### Input records

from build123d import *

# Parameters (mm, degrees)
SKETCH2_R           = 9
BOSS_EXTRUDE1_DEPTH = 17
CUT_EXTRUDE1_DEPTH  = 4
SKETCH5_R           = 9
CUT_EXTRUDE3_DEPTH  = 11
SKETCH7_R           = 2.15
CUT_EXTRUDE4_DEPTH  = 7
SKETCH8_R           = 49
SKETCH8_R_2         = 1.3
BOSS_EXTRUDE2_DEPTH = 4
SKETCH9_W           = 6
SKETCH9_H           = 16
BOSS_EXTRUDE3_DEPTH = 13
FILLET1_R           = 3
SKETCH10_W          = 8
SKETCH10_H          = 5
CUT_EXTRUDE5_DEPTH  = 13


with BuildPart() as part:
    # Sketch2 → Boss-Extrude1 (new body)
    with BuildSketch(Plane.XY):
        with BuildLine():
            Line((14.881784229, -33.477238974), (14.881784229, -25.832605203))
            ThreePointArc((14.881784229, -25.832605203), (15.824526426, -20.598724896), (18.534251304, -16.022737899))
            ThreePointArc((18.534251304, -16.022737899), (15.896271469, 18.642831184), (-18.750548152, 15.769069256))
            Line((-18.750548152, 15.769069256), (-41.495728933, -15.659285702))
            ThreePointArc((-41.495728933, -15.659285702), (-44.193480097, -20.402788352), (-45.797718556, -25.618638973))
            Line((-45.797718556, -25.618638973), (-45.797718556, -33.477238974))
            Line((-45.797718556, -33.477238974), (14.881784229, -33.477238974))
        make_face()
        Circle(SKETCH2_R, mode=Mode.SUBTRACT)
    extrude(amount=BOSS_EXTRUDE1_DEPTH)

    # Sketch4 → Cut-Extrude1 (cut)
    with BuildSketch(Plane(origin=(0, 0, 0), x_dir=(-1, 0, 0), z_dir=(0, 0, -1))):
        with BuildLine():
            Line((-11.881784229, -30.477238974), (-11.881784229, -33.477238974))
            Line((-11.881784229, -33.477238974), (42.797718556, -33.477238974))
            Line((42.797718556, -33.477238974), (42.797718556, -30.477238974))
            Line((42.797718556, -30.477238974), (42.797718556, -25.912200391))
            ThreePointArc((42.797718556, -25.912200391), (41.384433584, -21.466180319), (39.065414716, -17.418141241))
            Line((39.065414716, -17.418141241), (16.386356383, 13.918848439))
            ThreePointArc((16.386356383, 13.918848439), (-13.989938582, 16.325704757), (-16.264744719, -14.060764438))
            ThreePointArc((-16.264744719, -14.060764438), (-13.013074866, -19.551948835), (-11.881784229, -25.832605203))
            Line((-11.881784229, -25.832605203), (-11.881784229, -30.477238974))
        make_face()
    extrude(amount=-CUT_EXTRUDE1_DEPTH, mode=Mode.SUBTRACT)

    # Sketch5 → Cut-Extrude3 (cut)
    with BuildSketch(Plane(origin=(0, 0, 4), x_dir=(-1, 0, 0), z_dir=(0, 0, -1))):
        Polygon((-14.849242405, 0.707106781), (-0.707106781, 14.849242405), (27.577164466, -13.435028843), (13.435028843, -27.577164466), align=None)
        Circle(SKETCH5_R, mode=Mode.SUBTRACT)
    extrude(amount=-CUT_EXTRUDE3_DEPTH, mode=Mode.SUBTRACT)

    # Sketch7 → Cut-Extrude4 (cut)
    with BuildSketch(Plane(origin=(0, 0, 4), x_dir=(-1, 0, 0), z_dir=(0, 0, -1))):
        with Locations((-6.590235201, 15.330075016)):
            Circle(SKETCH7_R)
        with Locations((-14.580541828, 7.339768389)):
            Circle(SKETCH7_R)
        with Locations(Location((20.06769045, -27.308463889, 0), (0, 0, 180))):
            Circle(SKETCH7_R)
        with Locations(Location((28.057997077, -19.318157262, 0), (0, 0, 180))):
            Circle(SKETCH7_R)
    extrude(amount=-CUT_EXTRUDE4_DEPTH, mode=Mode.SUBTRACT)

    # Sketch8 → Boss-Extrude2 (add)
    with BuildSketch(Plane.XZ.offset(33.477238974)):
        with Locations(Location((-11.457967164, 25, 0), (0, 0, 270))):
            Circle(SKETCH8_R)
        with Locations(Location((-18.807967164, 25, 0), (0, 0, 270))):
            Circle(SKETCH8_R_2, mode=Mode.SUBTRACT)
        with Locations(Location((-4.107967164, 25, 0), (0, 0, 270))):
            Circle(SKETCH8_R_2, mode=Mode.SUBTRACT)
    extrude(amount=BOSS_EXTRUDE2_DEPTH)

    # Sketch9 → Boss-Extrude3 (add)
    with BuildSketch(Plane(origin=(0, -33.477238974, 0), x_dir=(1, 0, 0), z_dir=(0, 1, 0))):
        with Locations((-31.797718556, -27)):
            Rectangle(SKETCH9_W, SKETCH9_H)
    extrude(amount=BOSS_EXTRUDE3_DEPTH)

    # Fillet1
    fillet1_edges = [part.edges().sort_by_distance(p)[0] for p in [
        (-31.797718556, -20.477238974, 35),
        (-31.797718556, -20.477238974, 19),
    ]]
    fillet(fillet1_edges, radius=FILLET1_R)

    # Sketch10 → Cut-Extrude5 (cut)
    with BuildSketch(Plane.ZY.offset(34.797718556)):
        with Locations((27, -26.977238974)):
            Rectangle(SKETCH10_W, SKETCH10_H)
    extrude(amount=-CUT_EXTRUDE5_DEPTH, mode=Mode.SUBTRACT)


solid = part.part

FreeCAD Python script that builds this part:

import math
import FreeCAD as App
import Part
import Sketcher
Q = App.Units.Quantity


def edges_at(feature, points):
    """Names of the edges that pass closest to the given points."""
    edges = feature.Shape.Edges
    near = lambda p: min(range(len(edges)), key=lambda i: edges[i].distToShape(Part.Vertex(*p))[0])
    return sorted({f"Edge{near(p) + 1}" for p in points})


def add_polygon(sketch, points):
    """Adds a closed chain of lines whose ends are joined by coincident constraints."""
    first, n = sketch.GeometryCount, len(points)
    for a, b in zip(points, points[1:] + points[:1]):
        sketch.addGeometry(Part.LineSegment(App.Vector(*a, 0), App.Vector(*b, 0)), False)
    for i in range(n):
        sketch.addConstraint(Sketcher.Constraint("Coincident", first + i, 2, first + (i + 1) % n, 1))

doc = App.newDocument("Part")
body = doc.addObject("PartDesign::Body", "Body")

# Sketch on XY plane
sketch1 = body.newObject("Sketcher::SketchObject", "Sketch")
sketch1.AttachmentSupport = (doc.getObject("XY_Plane"), [""])
sketch1.MapMode = "FlatFace"
sketch1.addGeometry(Part.LineSegment(App.Vector(14.881784, -33.477239, 0), App.Vector(14.881784, -25.832605, 0)), False)
sketch1.addGeometry(Part.ArcOfCircle(Part.Circle(App.Vector(29.881784, -25.832605, 0), App.Vector(0, 0, 1), 15), math.radians(139.156802), math.radians(180)), False)
sketch1.addGeometry(Part.ArcOfCircle(Part.Circle(App.Vector(0, 0, 0), App.Vector(0, 0, 1), 24.499931), math.radians(-40.843198), math.radians(139.936418)), False)
sketch1.addGeometry(Part.LineSegment(App.Vector(-18.750548, 15.769069, 0), App.Vector(-41.495729, -15.659286, 0)), False)
sketch1.addGeometry(Part.ArcOfCircle(Part.Circle(App.Vector(-21.243475, -30.316151, 0), App.Vector(0, 0, 1), 24.99955), math.radians(144.106166), math.radians(169.169518)), False)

### What to work on
Search the records for the word "Rectangle" and return every line that holds it.

### The completed task
            Rectangle(SKETCH9_W, SKETCH9_H)
            Rectangle(SKETCH10_W, SKETCH10_H)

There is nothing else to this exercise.